• [WORK INSTRUCTIONS]:
From the entries that follow, reproduce exactly and only the lines from the line with "#120=ORIENTED_EDGE('',*,*,#119,.F.);" to the line with "#133=FACE_BOUND('',#132,.T.);", endpoints included.

• [THE DATA]:

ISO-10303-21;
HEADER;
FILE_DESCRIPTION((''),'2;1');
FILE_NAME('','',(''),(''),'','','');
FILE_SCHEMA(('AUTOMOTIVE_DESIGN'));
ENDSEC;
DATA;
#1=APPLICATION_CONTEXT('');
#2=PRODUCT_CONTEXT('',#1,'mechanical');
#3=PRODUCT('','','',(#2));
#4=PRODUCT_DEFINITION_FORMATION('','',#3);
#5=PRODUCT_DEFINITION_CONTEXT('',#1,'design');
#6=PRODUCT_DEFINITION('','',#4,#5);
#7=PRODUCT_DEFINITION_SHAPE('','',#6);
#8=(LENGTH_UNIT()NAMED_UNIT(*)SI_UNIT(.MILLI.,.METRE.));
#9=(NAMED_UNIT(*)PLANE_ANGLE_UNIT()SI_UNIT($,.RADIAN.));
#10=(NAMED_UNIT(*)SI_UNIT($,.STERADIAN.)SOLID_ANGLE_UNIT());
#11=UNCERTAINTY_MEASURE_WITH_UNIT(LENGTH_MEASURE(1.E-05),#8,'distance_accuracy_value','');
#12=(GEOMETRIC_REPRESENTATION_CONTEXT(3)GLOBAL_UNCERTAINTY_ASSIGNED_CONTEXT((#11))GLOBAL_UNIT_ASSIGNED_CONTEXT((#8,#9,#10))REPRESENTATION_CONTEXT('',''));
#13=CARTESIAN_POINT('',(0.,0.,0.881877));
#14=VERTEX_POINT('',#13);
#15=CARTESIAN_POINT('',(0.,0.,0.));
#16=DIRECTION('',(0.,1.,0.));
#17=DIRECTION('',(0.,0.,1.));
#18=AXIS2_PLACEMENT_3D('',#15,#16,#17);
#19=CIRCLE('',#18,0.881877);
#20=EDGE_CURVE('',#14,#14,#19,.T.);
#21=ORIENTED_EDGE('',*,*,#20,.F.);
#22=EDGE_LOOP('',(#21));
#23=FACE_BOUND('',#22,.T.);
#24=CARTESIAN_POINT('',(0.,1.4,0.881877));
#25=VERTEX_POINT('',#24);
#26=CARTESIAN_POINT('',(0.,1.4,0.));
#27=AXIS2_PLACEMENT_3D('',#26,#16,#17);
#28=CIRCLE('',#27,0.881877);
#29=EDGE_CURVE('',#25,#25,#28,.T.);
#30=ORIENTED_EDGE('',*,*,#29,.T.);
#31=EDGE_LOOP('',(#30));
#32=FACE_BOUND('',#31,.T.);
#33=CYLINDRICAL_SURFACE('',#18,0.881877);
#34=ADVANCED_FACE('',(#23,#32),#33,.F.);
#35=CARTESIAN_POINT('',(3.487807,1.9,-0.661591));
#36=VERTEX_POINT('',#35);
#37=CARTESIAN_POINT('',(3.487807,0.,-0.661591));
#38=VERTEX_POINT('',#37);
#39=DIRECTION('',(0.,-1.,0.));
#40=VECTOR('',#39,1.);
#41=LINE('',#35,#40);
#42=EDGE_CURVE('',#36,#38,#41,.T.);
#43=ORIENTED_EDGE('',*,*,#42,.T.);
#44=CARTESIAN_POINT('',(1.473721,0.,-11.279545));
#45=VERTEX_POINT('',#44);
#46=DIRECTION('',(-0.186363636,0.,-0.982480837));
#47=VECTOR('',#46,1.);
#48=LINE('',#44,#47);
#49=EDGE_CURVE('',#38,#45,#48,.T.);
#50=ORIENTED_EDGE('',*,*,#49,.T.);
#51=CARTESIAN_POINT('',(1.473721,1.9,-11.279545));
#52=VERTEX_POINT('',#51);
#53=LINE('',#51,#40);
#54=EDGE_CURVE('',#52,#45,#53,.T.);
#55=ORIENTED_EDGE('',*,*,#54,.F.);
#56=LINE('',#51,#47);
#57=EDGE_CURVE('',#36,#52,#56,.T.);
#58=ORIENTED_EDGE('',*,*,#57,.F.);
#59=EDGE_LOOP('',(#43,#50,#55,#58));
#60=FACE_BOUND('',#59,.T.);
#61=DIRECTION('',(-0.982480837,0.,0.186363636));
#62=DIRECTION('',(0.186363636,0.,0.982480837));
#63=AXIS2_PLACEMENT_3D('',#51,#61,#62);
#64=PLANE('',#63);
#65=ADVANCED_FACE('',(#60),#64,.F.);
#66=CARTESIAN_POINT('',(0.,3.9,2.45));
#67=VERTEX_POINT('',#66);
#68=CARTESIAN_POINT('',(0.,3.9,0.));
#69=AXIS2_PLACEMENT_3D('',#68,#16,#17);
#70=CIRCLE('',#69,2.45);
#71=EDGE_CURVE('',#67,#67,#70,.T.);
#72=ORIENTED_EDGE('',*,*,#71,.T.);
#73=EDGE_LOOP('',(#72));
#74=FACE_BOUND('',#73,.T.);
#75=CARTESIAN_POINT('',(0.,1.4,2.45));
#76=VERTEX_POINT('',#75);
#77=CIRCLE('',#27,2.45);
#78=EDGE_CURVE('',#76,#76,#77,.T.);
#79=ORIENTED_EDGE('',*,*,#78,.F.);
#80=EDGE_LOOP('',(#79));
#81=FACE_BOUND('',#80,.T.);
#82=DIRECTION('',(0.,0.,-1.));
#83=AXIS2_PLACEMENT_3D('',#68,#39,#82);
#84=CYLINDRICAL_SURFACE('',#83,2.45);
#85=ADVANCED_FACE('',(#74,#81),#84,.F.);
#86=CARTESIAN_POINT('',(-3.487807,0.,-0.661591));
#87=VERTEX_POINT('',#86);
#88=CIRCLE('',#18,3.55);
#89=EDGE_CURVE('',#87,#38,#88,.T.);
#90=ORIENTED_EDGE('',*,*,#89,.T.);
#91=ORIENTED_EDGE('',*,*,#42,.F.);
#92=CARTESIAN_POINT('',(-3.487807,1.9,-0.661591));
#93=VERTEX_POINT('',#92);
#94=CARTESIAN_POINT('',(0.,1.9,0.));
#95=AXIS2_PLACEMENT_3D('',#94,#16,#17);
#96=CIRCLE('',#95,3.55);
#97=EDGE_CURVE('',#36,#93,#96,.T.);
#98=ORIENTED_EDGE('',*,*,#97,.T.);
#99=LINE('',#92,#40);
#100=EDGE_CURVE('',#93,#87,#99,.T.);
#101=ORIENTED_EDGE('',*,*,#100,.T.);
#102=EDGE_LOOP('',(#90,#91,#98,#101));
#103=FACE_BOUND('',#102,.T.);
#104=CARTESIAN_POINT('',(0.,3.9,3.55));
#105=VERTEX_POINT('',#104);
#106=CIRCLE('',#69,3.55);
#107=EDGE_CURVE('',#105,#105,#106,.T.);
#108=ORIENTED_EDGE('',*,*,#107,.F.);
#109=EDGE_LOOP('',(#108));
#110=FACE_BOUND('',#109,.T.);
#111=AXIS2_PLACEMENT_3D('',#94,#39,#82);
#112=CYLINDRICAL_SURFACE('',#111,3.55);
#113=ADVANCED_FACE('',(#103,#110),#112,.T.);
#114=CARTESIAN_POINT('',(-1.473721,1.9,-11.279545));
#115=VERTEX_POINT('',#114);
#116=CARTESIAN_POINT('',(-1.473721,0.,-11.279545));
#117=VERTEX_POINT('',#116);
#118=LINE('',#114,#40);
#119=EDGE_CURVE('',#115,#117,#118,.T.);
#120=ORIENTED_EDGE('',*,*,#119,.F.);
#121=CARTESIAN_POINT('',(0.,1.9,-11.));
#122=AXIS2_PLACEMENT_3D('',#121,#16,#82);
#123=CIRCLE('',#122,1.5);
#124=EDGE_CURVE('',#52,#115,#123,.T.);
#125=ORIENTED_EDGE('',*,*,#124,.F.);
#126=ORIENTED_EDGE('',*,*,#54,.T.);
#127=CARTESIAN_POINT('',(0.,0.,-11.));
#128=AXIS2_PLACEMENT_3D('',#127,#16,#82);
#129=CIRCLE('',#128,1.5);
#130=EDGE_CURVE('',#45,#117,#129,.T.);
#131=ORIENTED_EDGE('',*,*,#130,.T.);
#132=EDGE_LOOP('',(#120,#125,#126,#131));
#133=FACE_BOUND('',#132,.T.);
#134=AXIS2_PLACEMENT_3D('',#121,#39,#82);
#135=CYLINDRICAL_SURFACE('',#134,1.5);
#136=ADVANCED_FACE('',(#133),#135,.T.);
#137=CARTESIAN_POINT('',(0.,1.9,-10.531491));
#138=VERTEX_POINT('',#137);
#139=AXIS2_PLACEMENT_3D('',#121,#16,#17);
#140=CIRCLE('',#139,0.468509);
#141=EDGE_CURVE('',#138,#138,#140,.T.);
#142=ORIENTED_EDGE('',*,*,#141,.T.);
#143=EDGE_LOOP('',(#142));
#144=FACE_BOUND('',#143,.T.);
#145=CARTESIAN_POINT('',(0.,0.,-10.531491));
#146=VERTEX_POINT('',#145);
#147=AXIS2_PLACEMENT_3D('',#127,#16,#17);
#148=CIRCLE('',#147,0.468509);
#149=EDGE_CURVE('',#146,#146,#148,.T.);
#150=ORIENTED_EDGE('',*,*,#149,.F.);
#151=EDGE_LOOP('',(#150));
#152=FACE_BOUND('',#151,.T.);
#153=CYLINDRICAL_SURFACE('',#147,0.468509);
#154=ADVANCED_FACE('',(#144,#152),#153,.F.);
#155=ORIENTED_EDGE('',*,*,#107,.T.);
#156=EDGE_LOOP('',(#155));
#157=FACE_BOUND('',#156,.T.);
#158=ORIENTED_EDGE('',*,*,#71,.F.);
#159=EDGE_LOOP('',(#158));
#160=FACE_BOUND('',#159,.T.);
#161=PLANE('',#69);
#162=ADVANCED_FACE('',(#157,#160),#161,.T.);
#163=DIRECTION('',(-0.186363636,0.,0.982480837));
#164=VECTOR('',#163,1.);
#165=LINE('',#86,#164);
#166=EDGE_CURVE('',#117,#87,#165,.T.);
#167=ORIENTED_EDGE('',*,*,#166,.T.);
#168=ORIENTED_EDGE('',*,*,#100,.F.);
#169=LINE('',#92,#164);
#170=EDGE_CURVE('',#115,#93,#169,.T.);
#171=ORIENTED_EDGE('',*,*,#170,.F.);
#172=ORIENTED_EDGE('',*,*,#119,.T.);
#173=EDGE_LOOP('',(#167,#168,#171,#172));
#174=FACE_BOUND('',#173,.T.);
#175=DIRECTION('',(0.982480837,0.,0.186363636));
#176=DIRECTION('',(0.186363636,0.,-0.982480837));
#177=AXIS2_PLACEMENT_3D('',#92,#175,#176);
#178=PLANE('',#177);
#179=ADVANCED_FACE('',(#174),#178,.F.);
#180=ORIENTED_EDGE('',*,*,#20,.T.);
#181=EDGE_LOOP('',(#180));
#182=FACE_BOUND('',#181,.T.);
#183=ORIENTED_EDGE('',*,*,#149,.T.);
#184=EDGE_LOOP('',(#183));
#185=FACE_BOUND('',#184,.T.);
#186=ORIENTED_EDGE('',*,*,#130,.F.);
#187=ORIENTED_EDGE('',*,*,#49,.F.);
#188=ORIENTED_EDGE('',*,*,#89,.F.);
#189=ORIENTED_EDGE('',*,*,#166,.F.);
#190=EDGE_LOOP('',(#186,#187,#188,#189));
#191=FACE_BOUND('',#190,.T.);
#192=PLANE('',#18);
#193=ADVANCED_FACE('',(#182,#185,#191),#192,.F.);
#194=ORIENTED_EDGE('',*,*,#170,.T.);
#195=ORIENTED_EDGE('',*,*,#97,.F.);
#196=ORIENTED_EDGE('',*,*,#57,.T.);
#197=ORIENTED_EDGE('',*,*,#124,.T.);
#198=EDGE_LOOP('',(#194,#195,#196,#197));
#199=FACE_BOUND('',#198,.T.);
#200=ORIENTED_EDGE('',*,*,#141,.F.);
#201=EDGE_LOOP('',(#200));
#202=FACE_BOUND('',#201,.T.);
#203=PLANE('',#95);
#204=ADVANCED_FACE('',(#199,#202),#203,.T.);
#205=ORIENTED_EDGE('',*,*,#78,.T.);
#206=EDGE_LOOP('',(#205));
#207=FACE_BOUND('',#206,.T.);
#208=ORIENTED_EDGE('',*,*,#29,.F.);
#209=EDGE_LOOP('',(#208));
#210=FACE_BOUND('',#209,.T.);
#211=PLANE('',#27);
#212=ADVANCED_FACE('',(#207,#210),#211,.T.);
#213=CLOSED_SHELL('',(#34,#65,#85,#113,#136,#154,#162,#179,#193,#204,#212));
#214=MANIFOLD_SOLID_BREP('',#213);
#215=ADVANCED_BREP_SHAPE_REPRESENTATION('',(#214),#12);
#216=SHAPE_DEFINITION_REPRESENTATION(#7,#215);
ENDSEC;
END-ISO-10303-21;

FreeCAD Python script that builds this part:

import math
import FreeCAD as App
import Part
import Sketcher

V = App.Vector

doc = App.newDocument("Part")
body = doc.addObject("PartDesign::Body", "Body")

sketch1 = body.newObject("Sketcher::SketchObject", "Sketch")
sketch1.AttachmentSupport = (doc.getObject("XZ_Plane"), [""])
sketch1.MapMode = "FlatFace"
sketch1.addGeometry([
    Part.LineSegment(V(-1.5, -11.3, 0), V(-3.5, -0.7, 0)),
    Part.ArcOfCircle(Part.Circle(V(0, 0, 0), V(0, 0, 1), 3.5), math.radians(-11), math.radians(191)),
    Part.LineSegment(V(3.5, -0.7, 0), V(1.5, -11.3, 0)),
    Part.ArcOfCircle(Part.Circle(V(0, -11, 0), V(0, 0, 1), 1.5), math.radians(-169), math.radians(-11)),
], False)
sketch1.addConstraint([
    Sketcher.Constraint("Tangent", 0, 2, 1, 2),
    Sketcher.Constraint("Tangent", 1, 1, 2, 1),
    Sketcher.Constraint("Tangent", 2, 2, 3, 2),
    Sketcher.Constraint("Tangent", 3, 1, 0, 1),
    Sketcher.Constraint("Coincident", 1, 3, -1, 1),
    Sketcher.Constraint("PointOnObject", 3, 3, -2),
    Sketcher.Constraint("Radius", 3, 1.5),
    Sketcher.Constraint("Radius", 1, 3.55),
    Sketcher.Constraint("DistanceY", 3, 3, -1, 1, 11.0),
])
pad1 = body.newObject("PartDesign::Pad", "Pad")
pad1.Profile = sketch1
pad1.Length = 1.9
pad1.Reversed = True

sketch2 = body.newObject("Sketcher::SketchObject", "Sketch001")
sketch2.AttachmentSupport = (doc.getObject("XZ_Plane"), [""])
sketch2.MapMode = "FlatFace"
sketch2.AttachmentOffset = App.Placement(V(0, 0, -1.9), App.Rotation())
sketch2.addGeometry([
    Part.Circle(V(0, 0, 0), V(0, 0, 1), 3.5),
    Part.Circle(V(0, 0, 0), V(0, 0, 1), 2.5),
], False)
sketch2.addConstraint([
    Sketcher.Constraint("Coincident", 0, 3, -1, 1),
    Sketcher.Constraint("Coincident", 1, 3, -1, 1),
    Sketcher.Constraint("Diameter", 0, 7.1),
    Sketcher.Constraint("Diameter", 1, 4.9),
])
pad2 = body.newObject("PartDesign::Pad", "Pad001")
pad2.Profile = sketch2
pad2.Length = 2
pad2.Reversed = True

sketch3 = body.newObject("Sketcher::SketchObject", "Sketch002")
sketch3.AttachmentSupport = (doc.getObject("XZ_Plane"), [""])
sketch3.MapMode = "FlatFace"
sketch3.AttachmentOffset = App.Placement(V(0, 0, -1.4), App.Rotation())
sketch3.addGeometry(Part.Circle(V(0, 0, 0), V(0, 0, 1), 2.5), False)
sketch3.addConstraint([
    Sketcher.Constraint("Coincident", 0, 3, -1, 1),
    Sketcher.Constraint("Diameter", 0, 4.9),
])
pocket1 = body.newObject("PartDesign::Pocket", "Pocket")
pocket1.Profile = sketch3
pocket1.Length = 2.5

sketch4 = body.newObject("Sketcher::SketchObject", "Sketch003")
sketch4.AttachmentSupport = (doc.getObject("XZ_Plane"), [""])
sketch4.MapMode = "FlatFace"
sketch4.AttachmentOffset = App.Placement(V(0, 0, -1.4), App.Rotation())
sketch4.addGeometry([
    Part.Circle(V(0, -11, 0), V(0, 0, 1), 0.47),
    Part.Circle(V(0, 0, 0), V(0, 0, 1), 0.88),
], False)
sketch4.addConstraint([
    Sketcher.Constraint("Coincident", 1, 3, -1, 1),
    Sketcher.Constraint("PointOnObject", 0, 3, -2),
    Sketcher.Constraint("DistanceY", 0, 3, -1, 1, 11.0),
    Sketcher.Constraint("Diameter", 0, 0.937018),
    Sketcher.Constraint("Diameter", 1, 1.763754),
])
pocket2 = body.newObject("PartDesign::Pocket", "Pocket001")
pocket2.Profile = sketch4
pocket2.Type = "ThroughAll"
pocket2.Midplane = True

doc.recompute()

• [YOUR SOLUTION]:
#120=ORIENTED_EDGE('',*,*,#119,.F.);
#121=CARTESIAN_POINT('',(0.,1.9,-11.));
#122=AXIS2_PLACEMENT_3D('',#121,#16,#82);
#123=CIRCLE('',#122,1.5);
#124=EDGE_CURVE('',#52,#115,#123,.T.);
#125=ORIENTED_EDGE('',*,*,#124,.F.);
#126=ORIENTED_EDGE('',*,*,#54,.T.);
#127=CARTESIAN_POINT('',(0.,0.,-11.));
#128=AXIS2_PLACEMENT_3D('',#127,#16,#82);
#129=CIRCLE('',#128,1.5);
#130=EDGE_CURVE('',#45,#117,#129,.T.);
#131=ORIENTED_EDGE('',*,*,#130,.T.);
#132=EDGE_LOOP('',(#120,#125,#126,#131));
#133=FACE_BOUND('',#132,.T.);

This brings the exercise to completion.